[2012057] The Fastest Train To Anywhere

[2012057] The Fastest Train To Anywhere

The Flanagan Collective @ Gluttony – Carry On Theatre

10:30pm, Mon 27 Feb 2012

Sure, it’s Monday night, but it’s absolutely dead at Gluttony. There’s a dearth of people around as Joe and Veronica from The Flanagan Collective peer into the emptiness for the crowd that their show richly deserves.

But there’s basically no-one there. More accurately, there’s three paying punters. We park ourselves in the front row of the Carry On (a wide space with a creaky stage) and wait… soon a man, carrying a small suitcase and wearing a well-worn suit, quietly walks down the central aisle of the venue.

His hesitance – reluctance? – almost appears to make Him stumble as he climbs up onto the stage; He searches the space with no real sense of direction, and no sense of what He’s looking for. He looks at us blankly, but suddenly His eyes sparkle with returning memories that He begins to relay to us.

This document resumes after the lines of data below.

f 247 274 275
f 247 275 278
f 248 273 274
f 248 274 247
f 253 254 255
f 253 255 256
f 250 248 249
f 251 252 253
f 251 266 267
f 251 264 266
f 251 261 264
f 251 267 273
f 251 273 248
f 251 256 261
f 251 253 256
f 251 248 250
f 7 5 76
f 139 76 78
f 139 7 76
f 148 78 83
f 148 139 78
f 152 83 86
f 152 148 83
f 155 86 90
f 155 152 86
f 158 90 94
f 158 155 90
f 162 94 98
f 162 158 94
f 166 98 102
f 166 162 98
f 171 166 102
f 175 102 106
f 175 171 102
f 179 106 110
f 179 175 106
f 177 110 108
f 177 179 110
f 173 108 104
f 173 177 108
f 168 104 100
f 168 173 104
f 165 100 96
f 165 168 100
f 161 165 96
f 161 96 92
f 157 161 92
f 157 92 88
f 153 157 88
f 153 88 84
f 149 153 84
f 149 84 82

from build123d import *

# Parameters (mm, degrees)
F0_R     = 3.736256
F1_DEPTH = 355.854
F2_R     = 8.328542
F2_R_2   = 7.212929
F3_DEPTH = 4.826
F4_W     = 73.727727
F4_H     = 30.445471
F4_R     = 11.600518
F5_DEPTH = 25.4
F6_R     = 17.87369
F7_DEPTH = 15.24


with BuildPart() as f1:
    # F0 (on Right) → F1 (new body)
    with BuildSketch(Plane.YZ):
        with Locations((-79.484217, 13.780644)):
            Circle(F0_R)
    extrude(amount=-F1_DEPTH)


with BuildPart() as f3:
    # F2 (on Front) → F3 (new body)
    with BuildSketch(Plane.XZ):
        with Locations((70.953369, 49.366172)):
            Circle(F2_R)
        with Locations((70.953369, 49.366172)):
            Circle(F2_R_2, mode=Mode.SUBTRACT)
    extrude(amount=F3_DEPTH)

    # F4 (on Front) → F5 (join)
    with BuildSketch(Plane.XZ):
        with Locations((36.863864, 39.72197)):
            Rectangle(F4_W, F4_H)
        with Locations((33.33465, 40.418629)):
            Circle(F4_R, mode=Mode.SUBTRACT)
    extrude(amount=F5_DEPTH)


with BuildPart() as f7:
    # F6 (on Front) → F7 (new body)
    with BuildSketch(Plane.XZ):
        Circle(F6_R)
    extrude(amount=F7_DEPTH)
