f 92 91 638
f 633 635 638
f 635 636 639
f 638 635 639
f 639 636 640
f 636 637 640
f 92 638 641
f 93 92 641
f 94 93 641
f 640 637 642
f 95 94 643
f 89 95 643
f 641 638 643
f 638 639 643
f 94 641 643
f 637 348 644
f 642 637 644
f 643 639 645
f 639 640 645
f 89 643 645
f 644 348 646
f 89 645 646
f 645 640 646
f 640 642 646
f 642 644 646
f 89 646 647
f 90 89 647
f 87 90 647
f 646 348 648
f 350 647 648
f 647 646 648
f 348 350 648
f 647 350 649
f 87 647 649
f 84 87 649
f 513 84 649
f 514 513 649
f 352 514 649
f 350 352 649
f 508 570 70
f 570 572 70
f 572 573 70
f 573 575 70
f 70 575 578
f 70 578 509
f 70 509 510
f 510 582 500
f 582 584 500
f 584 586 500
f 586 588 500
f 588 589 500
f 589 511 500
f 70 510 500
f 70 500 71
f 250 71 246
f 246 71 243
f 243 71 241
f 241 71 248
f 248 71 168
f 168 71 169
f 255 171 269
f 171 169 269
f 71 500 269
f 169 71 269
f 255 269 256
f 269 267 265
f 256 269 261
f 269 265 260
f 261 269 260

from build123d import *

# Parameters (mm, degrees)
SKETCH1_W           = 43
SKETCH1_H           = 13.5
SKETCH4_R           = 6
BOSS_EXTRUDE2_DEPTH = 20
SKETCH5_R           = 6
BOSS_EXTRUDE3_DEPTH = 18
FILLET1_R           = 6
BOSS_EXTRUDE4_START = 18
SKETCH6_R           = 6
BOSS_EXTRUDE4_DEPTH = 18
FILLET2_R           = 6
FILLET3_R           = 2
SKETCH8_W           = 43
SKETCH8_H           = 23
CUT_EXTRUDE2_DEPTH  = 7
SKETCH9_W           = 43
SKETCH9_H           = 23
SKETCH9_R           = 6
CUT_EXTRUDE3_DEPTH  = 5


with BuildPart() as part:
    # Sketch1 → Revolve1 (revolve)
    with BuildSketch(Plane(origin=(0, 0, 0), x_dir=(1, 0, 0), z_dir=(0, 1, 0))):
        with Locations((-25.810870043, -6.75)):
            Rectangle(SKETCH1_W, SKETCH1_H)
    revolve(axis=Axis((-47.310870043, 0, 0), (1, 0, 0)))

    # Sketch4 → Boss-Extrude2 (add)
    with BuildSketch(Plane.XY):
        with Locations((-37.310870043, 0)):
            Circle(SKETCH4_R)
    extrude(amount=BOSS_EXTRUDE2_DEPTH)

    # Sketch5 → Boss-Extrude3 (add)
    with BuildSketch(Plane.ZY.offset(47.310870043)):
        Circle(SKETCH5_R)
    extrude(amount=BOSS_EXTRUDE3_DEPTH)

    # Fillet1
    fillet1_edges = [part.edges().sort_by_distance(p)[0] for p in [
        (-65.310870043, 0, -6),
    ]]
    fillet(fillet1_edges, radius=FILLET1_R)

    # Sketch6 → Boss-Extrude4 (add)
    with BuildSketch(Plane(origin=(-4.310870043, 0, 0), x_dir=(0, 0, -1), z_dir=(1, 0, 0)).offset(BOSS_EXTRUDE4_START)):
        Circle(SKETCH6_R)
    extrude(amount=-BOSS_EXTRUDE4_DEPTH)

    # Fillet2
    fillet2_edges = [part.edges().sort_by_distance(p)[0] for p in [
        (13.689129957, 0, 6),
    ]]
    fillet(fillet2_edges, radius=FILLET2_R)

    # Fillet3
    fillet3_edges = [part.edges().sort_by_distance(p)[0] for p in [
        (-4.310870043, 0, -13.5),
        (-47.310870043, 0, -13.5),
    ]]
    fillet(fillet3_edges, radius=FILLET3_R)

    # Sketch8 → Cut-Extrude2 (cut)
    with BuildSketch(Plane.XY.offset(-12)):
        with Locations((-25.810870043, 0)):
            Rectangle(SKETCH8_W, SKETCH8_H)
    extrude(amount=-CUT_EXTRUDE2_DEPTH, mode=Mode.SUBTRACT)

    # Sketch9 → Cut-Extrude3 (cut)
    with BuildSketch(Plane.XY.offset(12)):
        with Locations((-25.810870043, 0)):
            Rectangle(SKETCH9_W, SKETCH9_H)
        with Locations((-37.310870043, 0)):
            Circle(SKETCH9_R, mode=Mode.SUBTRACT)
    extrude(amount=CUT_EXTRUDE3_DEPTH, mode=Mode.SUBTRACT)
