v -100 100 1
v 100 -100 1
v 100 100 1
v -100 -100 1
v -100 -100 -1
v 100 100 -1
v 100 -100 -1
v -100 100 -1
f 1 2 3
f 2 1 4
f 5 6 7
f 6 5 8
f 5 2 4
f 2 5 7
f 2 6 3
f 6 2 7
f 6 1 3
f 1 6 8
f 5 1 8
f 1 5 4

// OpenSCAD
// Parameters
sheet_length = 200; //[100:400:1]
sheet_width  = 200; //[100:400:1]
sheet_thickness = 2; //[1:4:0.5]

// Ensure renderable thickness (avoid near-zero that can look blank in some viewers)
min_t = 0.5;
t = max(sheet_thickness, min_t);

// Geometry
module sheet_body() {
  cube([sheet_length, sheet_width, t], center=true);
}

// Final Output (one connected solid)
sheet_body();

He (who is never named) is an ordinary working man. One day, on a whim, He boards a random train at King’s Cross Station without knowing the destination; He tells the Conductor that He wants to go Somewhere, but is told in return that this is the Anywhere train; it’ll take three months to get to Somewhere, but He can disembark at Leeds and wait for tomorrow’s Somewhere train.

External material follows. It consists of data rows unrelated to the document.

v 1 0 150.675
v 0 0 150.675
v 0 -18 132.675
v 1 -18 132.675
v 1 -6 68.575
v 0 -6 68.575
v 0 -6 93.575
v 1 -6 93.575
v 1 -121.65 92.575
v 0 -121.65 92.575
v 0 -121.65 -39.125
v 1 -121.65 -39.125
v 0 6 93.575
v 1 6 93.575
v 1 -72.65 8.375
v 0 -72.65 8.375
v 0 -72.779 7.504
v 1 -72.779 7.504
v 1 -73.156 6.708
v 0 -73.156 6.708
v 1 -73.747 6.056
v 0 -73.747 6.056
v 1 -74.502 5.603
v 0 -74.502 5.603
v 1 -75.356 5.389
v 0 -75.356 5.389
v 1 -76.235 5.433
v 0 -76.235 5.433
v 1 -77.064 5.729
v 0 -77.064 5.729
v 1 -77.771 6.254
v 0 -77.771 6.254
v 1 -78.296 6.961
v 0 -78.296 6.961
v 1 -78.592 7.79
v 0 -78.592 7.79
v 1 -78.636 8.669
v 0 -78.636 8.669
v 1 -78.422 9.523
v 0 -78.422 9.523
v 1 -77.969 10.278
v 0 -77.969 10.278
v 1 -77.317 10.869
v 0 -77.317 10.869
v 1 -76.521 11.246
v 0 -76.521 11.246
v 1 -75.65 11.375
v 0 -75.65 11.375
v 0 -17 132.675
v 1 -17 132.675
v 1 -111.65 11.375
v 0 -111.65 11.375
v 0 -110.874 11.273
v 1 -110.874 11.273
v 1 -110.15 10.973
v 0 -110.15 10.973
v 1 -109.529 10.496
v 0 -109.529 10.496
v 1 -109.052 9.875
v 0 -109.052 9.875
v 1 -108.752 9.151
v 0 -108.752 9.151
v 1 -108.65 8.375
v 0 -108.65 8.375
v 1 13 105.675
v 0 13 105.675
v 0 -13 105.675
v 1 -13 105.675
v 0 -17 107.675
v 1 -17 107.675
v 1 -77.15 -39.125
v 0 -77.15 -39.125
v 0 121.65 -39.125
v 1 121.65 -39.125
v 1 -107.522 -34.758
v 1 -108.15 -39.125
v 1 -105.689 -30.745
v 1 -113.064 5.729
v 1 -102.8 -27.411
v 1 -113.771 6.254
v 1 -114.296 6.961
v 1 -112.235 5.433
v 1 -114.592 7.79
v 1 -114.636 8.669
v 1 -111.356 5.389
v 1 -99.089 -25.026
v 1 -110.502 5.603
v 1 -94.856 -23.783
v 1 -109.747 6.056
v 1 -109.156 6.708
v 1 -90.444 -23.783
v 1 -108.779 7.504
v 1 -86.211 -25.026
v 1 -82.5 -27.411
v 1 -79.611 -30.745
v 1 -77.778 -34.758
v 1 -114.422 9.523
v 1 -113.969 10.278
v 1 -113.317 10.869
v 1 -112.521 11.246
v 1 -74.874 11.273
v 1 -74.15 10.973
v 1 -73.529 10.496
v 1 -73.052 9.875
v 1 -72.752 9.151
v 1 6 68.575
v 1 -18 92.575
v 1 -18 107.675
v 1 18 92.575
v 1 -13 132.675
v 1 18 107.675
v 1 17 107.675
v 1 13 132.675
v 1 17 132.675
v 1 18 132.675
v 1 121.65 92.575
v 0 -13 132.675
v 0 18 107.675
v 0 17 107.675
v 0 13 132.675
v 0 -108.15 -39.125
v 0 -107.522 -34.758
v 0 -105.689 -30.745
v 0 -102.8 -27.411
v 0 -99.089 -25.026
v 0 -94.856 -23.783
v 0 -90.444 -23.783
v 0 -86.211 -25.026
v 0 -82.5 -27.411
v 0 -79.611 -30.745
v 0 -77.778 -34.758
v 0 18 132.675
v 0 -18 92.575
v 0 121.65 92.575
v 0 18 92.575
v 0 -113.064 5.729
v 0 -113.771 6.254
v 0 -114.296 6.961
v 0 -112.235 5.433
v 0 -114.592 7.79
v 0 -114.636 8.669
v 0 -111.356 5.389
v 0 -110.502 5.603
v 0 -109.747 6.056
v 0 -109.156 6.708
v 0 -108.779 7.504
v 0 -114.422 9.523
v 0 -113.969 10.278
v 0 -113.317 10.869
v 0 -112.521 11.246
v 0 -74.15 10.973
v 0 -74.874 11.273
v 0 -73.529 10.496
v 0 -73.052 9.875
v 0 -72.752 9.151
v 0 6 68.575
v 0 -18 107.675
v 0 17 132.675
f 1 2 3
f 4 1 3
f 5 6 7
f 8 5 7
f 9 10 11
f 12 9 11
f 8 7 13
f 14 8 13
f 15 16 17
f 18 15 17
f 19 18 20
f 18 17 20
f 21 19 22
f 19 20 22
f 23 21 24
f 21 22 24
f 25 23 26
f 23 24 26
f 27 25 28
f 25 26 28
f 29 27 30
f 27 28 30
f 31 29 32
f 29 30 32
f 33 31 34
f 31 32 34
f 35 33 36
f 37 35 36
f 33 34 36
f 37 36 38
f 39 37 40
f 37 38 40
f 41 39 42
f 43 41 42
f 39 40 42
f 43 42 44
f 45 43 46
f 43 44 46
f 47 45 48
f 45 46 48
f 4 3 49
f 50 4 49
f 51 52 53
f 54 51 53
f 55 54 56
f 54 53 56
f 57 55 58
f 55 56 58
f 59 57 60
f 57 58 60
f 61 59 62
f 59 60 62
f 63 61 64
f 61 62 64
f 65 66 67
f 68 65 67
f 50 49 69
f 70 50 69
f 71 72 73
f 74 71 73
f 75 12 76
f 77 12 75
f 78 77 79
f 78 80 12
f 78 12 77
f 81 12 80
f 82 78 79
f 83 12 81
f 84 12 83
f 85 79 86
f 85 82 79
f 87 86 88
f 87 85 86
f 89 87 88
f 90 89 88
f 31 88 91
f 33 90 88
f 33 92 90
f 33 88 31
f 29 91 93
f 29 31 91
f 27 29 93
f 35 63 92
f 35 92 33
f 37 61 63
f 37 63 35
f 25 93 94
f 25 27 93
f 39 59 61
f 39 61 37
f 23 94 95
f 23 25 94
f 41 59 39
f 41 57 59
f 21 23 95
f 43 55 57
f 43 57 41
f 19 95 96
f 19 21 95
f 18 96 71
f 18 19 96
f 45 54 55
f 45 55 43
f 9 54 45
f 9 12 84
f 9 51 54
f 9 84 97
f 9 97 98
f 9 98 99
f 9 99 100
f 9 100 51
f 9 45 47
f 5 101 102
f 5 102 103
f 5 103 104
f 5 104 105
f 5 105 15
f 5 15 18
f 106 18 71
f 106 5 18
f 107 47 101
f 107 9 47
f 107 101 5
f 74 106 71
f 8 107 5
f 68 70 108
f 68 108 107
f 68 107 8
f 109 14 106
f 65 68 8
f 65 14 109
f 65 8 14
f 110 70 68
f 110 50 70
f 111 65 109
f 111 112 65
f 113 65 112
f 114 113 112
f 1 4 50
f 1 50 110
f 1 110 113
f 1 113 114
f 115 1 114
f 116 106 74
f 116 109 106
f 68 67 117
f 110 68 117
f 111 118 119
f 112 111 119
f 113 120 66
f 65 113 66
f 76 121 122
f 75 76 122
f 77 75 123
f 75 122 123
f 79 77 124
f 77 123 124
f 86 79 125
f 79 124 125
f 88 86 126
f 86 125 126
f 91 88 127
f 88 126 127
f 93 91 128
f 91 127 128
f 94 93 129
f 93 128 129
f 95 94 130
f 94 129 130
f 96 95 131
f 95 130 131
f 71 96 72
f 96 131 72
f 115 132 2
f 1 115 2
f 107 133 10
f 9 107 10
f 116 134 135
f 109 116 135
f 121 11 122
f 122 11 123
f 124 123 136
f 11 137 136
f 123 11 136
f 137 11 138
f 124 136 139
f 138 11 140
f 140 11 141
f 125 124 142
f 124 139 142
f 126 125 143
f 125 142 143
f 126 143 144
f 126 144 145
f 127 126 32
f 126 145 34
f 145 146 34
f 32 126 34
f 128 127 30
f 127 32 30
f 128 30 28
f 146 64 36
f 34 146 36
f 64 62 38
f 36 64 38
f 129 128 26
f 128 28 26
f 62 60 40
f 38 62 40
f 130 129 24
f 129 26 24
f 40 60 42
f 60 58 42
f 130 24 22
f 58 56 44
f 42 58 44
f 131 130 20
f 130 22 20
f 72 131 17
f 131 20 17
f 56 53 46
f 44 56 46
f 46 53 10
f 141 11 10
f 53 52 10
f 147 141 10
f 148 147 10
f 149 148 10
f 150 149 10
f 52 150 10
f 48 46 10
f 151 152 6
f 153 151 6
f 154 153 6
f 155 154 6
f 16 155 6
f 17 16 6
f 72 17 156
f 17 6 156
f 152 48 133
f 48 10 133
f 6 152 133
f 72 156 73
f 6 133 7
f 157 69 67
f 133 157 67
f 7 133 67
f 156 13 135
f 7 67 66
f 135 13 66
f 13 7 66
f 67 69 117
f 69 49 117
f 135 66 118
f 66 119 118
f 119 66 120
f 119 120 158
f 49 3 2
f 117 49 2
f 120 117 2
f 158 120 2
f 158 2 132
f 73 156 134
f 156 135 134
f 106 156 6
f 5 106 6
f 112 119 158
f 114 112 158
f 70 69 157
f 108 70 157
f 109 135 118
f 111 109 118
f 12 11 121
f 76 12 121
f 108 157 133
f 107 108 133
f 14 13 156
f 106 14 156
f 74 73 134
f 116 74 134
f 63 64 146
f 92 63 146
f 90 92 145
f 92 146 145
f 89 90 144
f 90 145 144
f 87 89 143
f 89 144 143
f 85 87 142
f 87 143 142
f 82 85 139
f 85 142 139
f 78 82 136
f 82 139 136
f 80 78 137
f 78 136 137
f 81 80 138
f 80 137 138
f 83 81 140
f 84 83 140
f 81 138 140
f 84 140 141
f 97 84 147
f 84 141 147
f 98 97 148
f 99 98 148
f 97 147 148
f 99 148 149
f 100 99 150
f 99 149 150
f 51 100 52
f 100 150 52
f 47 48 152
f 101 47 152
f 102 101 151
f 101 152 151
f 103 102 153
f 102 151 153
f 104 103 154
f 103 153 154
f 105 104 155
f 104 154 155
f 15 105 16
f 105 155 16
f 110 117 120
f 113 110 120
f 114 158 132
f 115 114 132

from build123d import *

# Parameters (mm, degrees)
F0_W     = 19.65
F0_H     = 1.5
F1_DEPTH = 1


# Not quite as in the source:
# - a feature names something its author has since deleted; it is built from what else it names


with BuildPart() as f1:
    # F0 (on Right) → F1 (new body)
    with BuildSketch(Plane.YZ):
        Polygon((121.65, -16.375), (19.65, -16.375), (-19.65, -16.375), (-61.65, -16.375), (-61.65, -39.125), (121.65, -39.125), align=None)
        Polygon((-19.65, -16.375), (19.65, -16.375), (19.65, 14.875), (0, 14.875), (-19.65, 14.875), align=None)
        Polygon((19.65, 14.875), (19.65, -16.375), (121.65, -16.375), (121.65, 16.375), (19.65, 16.375), align=None)
        Polygon((-61.65, -16.375), (-19.65, -16.375), (-19.65, 14.875), (-19.65, 16.375), (-19.65, 57.475), (-19.65, 92.575), (-121.65, 92.575), (-121.65, 89.375), (-121.65, 16.375), (-111.65, 16.375), (-75.65, 16.375), (-61.65, 16.375), align=None)
        with Locations((9.825, 15.625)):
            Rectangle(F0_W, F0_H)
        with Locations((-9.825, 15.625)):
            Rectangle(F0_W, F0_H)
        with BuildLine():
            Line((-61.65, -39.125), (-61.65, -16.375))
            Line((-61.65, -16.375), (-121.65, -16.375))
            Line((-121.65, -16.375), (-121.65, -39.125))
            Line((-121.65, -39.125), (-111.65, -39.125))
            ThreePointArc((-111.65, -39.125), (-92.65, -20.125), (-73.65, -39.125))
            Line((-73.65, -39.125), (-61.65, -39.125))
        make_face()
        Polygon((-121.65, -16.375), (-61.65, -16.375), (-61.65, 16.375), (-75.65, 16.375), (-111.65, 16.375), (-121.65, 16.375), align=None)
        with BuildLine():
            ThreePointArc((-108.65, 8.375), (-113.7713203436, 6.2536796564), (-111.65, 11.375))
            ThreePointArc((-111.65, 11.375), (-109.5286796564, 10.4963203436), (-108.65, 8.375))
        make_face(mode=Mode.SUBTRACT)
        with BuildLine():
            ThreePointArc((-72.65, 8.375), (-77.7713203436, 6.2536796564), (-75.65, 11.375))
            ThreePointArc((-75.65, 11.375), (-73.5286796564, 10.4963203436), (-72.65, 8.375))
        make_face(mode=Mode.SUBTRACT)
        Polygon((19.65, 57.475), (19.65, 16.375), (121.65, 16.375), (121.65, 89.375), (121.65, 92.575), (19.65, 92.575), align=None)
        Polygon((0, 16.375), (19.65, 16.375), (19.65, 57.475), (6, 57.475), (6, 29.475), (0, 29.475), align=None)
        Polygon((-19.65, 57.475), (-19.65, 16.375), (0, 16.375), (0, 29.475), (-6, 29.475), (-6, 57.475), align=None)
        Polygon((6, 57.475), (19.65, 57.475), (19.65, 92.575), (18, 92.575), (18, 105.675), (18, 107.675), (17, 107.675), (17, 132.675), (18, 132.675), (0, 150.675), (0, 132.675), (13, 132.675), (13, 105.675), (0, 105.675), (0, 93.575), (6, 93.575), (6, 92.575), (6, 89.375), (6, 70.575), (6, 68.575), align=None)
        Polygon((-19.65, 92.575), (-19.65, 57.475), (-6, 57.475), (-6, 29.475), (0, 29.475), (6, 29.475), (6, 57.475), (6, 68.575), (-6, 68.575), (-6, 70.575), (-6, 92.575), (-6, 93.575), (0, 93.575), (0, 105.675), (-13, 105.675), (-13, 132.675), (0, 132.675), (0, 150.675), (-18, 132.675), (-17, 132.675), (-17, 107.675), (-18, 107.675), (-18, 105.675), (-18, 92.575), align=None)
        with BuildLine():
            Line((-77.15, -39.125), (-73.65, -39.125))
            ThreePointArc((-73.65, -39.125), (-92.65, -20.125), (-111.65, -39.125))
            Line((-111.65, -39.125), (-108.15, -39.125))
            ThreePointArc((-108.15, -39.125), (-92.65, -23.625), (-77.15, -39.125))
        make_face()
    extrude(amount=F1_DEPTH)


solid = f1.part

But He sleeps through Leeds.

The resultant journey feels timeless. The train stops in Wheat Fields, where He and the shifting collection of other passengers watch giants work and play as they harvest ever-yielding fields of wheat. He decides to stay on top of the train as it speeds through snow and Atlantis, to the funeral of a Queen at Stonehenge, to a battle between Heaven and Earth, to the South Pole, to ride alongside princes on horseback in Cornwall…

But the journey is occasionally interrupted by the acknowledgement of His mobile phone. He is haunted by the connections that His phone represents: should he ring work to let them know He won’t be in? What excuse will He use? As the journey goes on, those thoughts turn more toward Home, and his Partner; the first missed call thoroughly throws Him, and leaves Him stumbling around the stage. Further missed calls eat into Him, distract Him from the fantasy that surrounds the journey.

Eventually the train drops Him off Here (or is it Somewhere? or is it Anywhere?); He is clearly distressed. His phone starts ringing; He’s terrified. It rings again… and again. He answers it…

Look – let’s get one thing straight. I absolutely adored this show. I was so swept up in the completely surreal experience that I forgot about everything else; Joe Hufton is utterly engrossing in his unnamed role, and Alexander Wright’s whimsical script has an almost runaway-train-like quality to it as it picks up pace, whipping the audience through more and more fantastic locations and situations before a tense finale.

But the script also feels massively abstract – I get the feeling that He was avoiding His place in the world, but there’s no concreting of that idea. In fact, most of the time I didn’t have the faintest idea what was going on, and that only encouraged me to fire off a twenty-questions e-mail to the Flanagan Collective to try and figure out the tightness of the scripting, and whether there was any significance in the sole speaking passenger on the train.

…and also to apologise for the paltry audience, and offer them moral support.

But in hindsight, I feel utterly blessed to have seen this performance within a graveyard-like Gluttony that evening; the Carry On offers no noise insulation whatsoever, and when I saw the show again a few days later, the sound bleed from other Gluttonous shows (and even the Fringe Club) tempered the atmosphere somewhat.

But on this evening, though… it was magical.